Effects of Fermentation on the Nutritional and Anti-Nutritional Components of Cooked/Boiled Water Melon (Citrullus lanatus) Seed

Abstract


Watermelon is a commonly consumed fruit. However, only the fleshy pulp is usually consumed leaving the seed and rind to be discarded. The effects of processing (heat treatment and fermentation) on the proximate composition and anti-nutrient components of watermelon (Citrullus lanatus var. lanatus) seeds were investigated. Fermentation was carried out by first boiling seeds for 3h, wrapped in clean plantain (Musa sapientum var. paradisiaca Linn.) leaves and allowed to ferment for 96h. Proximate and phytochemical screenings were carried out on the raw and processed seeds. Microbial analyses were also carried out daily on the fermenting seeds. Results of proximate analysis revealed a significant difference (p<0.05) in contents of protein, crude fat, ash, moisture content and carbohydrate of the raw, cooked and fermented seeds while there was no significant difference in the crude fibre content of the raw and cooked seeds. Protein, crude fat and carbohydrate ranged from 8.55-13.14%, 4.64-9.76% and 49.78-60.29% respectively with the highest values (except for carbohydrate) in fermented seeds while the raw seeds had the least.

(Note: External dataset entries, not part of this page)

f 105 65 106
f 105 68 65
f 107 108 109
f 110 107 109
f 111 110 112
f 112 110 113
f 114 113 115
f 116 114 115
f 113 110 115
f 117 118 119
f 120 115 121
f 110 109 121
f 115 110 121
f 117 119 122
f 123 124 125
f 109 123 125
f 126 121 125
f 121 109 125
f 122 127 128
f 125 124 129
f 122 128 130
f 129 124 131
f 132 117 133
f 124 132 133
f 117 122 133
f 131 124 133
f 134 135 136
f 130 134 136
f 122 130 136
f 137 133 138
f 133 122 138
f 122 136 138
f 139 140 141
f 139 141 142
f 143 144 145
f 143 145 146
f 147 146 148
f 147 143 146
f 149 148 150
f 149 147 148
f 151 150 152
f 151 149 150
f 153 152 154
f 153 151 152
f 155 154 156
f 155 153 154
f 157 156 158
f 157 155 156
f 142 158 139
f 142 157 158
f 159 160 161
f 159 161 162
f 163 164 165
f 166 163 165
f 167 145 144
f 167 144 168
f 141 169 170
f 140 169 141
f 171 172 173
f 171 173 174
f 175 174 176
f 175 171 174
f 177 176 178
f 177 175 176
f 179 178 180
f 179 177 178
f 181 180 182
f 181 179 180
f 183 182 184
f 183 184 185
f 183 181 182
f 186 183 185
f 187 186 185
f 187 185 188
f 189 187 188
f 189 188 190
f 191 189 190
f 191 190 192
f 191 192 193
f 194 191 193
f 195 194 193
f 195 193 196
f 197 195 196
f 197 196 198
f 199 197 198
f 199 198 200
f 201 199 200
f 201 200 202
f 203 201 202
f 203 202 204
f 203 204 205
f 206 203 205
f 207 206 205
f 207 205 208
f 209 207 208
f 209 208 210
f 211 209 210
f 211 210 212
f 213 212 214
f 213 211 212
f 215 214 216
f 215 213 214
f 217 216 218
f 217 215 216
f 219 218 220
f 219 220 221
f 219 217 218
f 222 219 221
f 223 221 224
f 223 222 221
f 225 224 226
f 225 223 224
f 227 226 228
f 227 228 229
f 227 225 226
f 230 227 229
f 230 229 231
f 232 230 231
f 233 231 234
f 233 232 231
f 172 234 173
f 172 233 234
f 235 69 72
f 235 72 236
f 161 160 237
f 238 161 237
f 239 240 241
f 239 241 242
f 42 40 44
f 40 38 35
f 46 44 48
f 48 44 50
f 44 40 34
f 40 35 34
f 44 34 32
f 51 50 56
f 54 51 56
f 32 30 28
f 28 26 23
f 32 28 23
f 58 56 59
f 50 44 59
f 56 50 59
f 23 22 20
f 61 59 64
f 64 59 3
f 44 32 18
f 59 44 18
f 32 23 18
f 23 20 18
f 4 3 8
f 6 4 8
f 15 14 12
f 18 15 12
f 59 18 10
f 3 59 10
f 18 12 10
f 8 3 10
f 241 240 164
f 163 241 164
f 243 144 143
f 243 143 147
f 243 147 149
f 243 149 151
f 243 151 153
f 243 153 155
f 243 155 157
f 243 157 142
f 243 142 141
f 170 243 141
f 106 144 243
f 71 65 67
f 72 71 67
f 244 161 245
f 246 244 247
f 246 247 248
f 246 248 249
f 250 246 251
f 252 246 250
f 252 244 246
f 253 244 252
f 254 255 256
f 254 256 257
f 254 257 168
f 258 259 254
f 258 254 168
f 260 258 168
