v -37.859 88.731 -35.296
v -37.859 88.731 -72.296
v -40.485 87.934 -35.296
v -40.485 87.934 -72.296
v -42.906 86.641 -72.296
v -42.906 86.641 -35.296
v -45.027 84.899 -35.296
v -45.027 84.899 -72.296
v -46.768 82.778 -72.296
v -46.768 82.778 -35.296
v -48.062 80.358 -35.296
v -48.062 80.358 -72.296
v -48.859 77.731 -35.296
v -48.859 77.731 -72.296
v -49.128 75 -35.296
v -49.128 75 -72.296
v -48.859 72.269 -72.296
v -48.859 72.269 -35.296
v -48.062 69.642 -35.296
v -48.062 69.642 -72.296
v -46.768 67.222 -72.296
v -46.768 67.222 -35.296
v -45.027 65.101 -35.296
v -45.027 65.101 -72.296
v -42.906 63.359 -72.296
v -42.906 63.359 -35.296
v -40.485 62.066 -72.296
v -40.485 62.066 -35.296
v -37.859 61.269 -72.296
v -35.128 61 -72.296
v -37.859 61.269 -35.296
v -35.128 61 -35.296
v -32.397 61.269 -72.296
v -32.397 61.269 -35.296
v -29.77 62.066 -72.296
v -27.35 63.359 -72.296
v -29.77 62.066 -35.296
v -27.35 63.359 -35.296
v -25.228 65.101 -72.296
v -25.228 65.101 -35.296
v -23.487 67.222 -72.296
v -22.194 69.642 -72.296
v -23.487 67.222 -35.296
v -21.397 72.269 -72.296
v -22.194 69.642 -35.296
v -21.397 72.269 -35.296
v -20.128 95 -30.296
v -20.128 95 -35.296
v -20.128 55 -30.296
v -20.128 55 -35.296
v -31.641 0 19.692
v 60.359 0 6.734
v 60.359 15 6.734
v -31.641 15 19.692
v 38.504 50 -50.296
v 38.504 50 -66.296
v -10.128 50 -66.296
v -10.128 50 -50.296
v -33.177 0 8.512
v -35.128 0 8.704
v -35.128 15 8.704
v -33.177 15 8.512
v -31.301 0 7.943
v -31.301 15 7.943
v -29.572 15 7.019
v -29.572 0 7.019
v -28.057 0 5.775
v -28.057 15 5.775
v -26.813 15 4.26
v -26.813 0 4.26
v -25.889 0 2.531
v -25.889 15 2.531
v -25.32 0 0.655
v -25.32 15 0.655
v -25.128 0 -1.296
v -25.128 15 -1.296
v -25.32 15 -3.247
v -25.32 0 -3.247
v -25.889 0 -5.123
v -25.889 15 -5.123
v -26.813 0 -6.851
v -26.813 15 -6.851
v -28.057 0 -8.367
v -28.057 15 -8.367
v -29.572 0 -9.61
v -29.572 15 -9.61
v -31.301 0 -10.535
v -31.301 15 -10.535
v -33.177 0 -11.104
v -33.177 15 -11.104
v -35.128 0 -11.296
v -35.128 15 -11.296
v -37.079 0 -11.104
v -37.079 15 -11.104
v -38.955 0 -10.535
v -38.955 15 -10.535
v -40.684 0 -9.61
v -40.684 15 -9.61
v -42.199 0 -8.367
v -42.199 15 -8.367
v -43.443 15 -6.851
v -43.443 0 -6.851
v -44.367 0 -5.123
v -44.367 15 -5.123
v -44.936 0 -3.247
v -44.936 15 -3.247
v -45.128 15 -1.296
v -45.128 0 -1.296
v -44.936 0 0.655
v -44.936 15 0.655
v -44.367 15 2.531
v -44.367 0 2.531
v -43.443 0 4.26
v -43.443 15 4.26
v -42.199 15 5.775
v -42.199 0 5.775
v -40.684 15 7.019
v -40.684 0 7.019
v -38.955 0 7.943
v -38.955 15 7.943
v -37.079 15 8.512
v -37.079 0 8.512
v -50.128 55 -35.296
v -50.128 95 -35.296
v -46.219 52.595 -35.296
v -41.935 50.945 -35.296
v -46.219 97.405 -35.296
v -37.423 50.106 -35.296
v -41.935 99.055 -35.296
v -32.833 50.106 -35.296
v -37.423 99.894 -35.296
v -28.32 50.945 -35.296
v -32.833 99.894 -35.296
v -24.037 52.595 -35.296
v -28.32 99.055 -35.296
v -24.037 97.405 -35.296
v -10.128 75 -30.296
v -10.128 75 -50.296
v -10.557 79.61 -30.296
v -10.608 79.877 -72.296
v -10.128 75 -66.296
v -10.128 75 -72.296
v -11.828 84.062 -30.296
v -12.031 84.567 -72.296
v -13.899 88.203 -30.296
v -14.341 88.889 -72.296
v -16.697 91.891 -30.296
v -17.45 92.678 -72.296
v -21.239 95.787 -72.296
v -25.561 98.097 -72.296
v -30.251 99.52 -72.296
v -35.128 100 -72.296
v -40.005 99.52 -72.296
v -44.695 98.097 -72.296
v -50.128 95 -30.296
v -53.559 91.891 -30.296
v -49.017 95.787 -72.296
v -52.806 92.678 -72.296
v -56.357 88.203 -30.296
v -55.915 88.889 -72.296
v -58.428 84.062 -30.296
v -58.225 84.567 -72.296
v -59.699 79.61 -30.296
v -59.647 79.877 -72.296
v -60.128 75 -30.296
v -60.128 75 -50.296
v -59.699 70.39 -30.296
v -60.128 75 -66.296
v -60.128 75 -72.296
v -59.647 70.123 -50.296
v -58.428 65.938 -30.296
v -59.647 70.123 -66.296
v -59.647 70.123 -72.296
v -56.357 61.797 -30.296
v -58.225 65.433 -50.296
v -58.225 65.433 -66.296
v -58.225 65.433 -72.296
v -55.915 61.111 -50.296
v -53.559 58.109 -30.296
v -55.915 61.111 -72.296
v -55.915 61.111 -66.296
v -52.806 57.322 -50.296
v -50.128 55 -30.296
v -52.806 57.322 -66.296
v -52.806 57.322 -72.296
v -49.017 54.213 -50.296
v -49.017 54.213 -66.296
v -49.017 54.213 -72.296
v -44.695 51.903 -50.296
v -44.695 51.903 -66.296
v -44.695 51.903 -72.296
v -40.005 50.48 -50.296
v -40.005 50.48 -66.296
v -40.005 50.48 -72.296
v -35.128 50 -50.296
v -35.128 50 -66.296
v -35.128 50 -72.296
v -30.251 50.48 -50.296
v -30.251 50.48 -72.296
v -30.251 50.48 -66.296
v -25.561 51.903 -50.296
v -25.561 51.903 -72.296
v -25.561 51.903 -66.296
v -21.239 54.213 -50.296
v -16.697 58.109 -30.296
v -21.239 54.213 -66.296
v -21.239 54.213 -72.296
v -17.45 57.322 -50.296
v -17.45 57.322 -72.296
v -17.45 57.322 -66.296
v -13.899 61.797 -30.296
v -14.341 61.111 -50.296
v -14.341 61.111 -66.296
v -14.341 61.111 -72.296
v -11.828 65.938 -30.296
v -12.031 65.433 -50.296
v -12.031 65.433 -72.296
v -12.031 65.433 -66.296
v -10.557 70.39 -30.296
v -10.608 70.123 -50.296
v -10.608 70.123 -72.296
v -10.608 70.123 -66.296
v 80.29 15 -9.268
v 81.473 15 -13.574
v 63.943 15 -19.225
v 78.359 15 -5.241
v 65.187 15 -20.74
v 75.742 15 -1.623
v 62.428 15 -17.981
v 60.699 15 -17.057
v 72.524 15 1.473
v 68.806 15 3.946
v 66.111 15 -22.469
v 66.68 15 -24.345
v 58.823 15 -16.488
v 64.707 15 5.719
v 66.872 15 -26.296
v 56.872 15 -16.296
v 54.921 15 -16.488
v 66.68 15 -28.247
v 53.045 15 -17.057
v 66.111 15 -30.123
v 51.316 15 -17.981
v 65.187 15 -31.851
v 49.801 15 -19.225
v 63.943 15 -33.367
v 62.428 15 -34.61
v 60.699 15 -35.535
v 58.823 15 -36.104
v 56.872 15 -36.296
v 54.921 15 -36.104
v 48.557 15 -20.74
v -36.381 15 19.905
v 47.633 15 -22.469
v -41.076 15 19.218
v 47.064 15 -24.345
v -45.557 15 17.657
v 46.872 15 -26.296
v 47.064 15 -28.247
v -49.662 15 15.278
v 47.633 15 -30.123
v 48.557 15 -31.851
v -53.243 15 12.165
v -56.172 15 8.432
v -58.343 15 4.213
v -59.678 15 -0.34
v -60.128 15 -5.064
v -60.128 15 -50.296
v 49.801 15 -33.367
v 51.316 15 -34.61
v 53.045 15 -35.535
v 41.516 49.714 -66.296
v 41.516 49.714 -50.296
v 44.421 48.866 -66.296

The anti-nutrient investigation showed that oxalate was present in raw seeds but absent in the cooked and fermented seeds. Anti-nutrients present in the raw seeds showed variable reductions after processing. Nine bacterial genera identified as Pseudomonas, Staphylococcus, Bacillus, Lactobacillus, Micrococcus, Proteus, Pediococcus, Klebsiella and Serratia with one fungal genera identified as Aspergillus were recovered from the fermenting seeds. The pH, titratable acidity and temperature of the seeds at the end of fermentation were 8.02, 0.20 and 28℃ respectively. The study showed that cooking and fermentation of watermelon seeds have direct relationships on its proximate and anti-nutrient compositions. The cooked and fermented watermelon seeds could be used in food and feeds formulation.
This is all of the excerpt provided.